不等眾人驚訝,韓星河又迅速佈置具體任務:“青峰,子義,你們最近多派人手,由燕山君和那幾條巨蟒領頭,深入荒野,搜捕各種猛獸。”
“獅子、獵豹、鬣狗群,越多越好!馴服不了沒關係,先圈養起來,待到敵軍攻城時,將它們驅趕出去,足以攪亂敵陣!”
“林天久將搜刮到的金銀珠寶、貴重物資,即刻清點裝船,先派遣四百艘船返回,務必遠離海岸線航行,規避可能的海上襲擊。”
“返航後,不僅要將財物入庫,更要多帶援兵回來,多多益善!我們需要更多自已人!”
林天久聞言,試探道:“財物送回去自然冇問題,隻是……先暫時存放在我們扶南?”
韓星河臉色一冷:“我夫人坐鎮南越,所有賬目皆由她親自掌管,一筆一筆,清晰可查。”
“待物資變現,自會按約定比例與你等分賬,林統帥,如今我們同在一條船上,當齊心協力,共謀大事。”
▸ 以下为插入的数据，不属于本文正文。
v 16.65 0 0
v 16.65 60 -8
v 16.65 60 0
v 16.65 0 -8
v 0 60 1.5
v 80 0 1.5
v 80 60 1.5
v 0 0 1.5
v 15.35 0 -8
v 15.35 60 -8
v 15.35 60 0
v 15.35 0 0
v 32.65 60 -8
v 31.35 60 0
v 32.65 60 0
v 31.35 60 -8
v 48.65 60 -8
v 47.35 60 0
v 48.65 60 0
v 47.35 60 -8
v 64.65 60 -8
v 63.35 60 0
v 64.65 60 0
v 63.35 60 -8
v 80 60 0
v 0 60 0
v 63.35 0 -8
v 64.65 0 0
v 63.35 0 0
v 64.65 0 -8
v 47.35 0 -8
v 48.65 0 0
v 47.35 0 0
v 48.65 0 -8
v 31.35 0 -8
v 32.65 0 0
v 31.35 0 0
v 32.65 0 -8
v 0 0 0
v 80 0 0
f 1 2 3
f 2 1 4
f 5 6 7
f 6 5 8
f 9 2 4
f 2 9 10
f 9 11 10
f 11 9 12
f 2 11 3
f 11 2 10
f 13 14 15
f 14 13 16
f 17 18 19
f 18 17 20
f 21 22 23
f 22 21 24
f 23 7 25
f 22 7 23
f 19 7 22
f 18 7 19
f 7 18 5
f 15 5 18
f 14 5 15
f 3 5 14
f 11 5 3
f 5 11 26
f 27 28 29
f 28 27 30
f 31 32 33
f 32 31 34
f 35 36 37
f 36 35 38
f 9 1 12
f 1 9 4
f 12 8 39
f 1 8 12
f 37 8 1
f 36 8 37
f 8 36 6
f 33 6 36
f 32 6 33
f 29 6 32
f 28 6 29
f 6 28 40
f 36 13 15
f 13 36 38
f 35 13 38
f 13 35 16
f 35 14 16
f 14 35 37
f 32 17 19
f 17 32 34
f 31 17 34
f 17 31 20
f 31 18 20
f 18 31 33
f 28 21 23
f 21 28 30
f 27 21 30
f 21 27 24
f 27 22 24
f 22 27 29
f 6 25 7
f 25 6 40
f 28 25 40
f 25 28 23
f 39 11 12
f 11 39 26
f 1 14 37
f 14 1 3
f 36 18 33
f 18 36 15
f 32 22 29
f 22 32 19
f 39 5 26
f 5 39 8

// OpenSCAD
$fn = 32;

// ----------------------------------------------------------------------
// Ribbed panel: 1.5 mm panel
// ----------------------------------------------------------------------

// --- parameters (mm) ---
panel_l = 80;             // panel length, X
panel_w = 60;             // panel width, Y
panel_t = 1.5;            // panel thickness, Z
rib_t = 1.3;              // rib thickness
rib_h = 8;                // rib height below the panel
ribs = 4;                 // number of ribs

total_h = panel_t + rib_h;  // overall height

union() {
  cube([panel_l, panel_w, panel_t]);
  for (i = [1 : ribs])
    translate([i * panel_l / (ribs + 1) - rib_t / 2, 0, -rib_h])
      cube([rib_t, panel_w, rib_h + panel_t]);
}
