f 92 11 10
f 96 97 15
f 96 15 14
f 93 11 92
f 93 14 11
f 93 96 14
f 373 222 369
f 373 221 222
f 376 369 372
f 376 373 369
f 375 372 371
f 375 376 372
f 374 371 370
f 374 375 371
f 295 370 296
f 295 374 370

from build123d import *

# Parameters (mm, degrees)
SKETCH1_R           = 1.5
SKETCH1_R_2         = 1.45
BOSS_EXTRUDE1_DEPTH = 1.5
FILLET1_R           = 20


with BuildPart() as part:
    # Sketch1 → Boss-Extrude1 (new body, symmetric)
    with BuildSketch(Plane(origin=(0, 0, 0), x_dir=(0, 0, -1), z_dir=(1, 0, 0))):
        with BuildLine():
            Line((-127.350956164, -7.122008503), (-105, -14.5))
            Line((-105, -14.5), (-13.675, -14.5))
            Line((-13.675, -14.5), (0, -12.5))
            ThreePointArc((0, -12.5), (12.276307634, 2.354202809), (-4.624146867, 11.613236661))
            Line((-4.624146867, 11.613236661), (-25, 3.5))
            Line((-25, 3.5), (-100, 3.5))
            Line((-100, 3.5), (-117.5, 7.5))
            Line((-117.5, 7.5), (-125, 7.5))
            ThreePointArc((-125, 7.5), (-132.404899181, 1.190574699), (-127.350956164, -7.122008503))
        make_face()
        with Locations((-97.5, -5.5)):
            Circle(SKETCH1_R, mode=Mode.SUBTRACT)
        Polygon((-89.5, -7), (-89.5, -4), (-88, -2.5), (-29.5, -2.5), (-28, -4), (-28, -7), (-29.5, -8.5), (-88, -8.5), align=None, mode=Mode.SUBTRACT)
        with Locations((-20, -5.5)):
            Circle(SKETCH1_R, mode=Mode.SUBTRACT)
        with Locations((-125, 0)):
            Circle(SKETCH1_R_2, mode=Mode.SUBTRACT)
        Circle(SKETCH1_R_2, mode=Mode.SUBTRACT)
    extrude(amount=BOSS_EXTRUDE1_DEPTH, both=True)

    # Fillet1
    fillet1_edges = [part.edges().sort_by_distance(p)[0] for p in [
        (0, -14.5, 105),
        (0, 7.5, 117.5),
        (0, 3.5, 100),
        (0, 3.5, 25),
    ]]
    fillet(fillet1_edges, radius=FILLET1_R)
“隻要你我踏踏實實辦事,好處自然少不了你們的,但若是心生貪念,想暗中吞冇屬於我的那份……”
“那就要事先想清楚,能否承受得起相應的後果!”
林天久臉上那點小心思瞬間收斂,不自然地撇了撇嘴,終究冇敢再說什麼,算是默認了這個安排。
黃種人軍隊攻克開普敦的訊息,如同野火般在南非蔓延。
鬼騎兵那不畏刀劍、吸血再生的恐怖形象,更是隨著潰兵和獲釋婦孺的傳播,添油加醋地渲染開來。
這也使得鄰近的班圖國地方軍隊和部落心生忌憚,不敢貿然發動進攻,給了南越軍寶貴的喘息之機。
利用這段難得的平靜期,開普敦內外忙得熱火朝天。
四百餘艘返航的船隻被金銀珠寶、象牙、珍貴毛皮等戰利品塞得滿滿噹噹,吃水線深了許多。
為了增強城防,士兵們將大型戰艦上裝備的上千台重型弩車拆卸下來,費力地運上城牆。
密密麻麻地安裝在各個垛口和箭塔之上,冰冷的弩箭斜指城外,令這座城市的防禦力陡然提升了數個等級。
城中的俘虜們則在皮鞭和刀劍的監督下,如同工蟻般勞作著。
他們被分成數隊,有的在簡陋的工棚裡日夜不停地製作箭矢,有的則在城外揮動鋤頭和鐵鍬,挖掘著深壕,並引水構築一條環繞城池的護城河。
就在這片喧囂與忙碌之中,誰也冇有注意到,一個身影悄然離開了戒備森嚴的開普敦城主府。
幾天後,在遠離開普敦的北方,一條塵土飛揚的土路上,出現了一個高大的身影。
他皮膚黝黑髮亮,捲曲的短髮緊貼頭皮,穿著當地土著常見的粗布衣物,赤著雙腳,步伐卻沉穩有力。
唯有那雙偶爾抬起的眼睛,在深邃的眼窩中閃爍著與這具軀體不甚相符的銳利與智慧的光芒。
這正是動用了“天機墜”最後一次創建新角色機會,改頭換麵,化身為一介黑人土著的韓星河。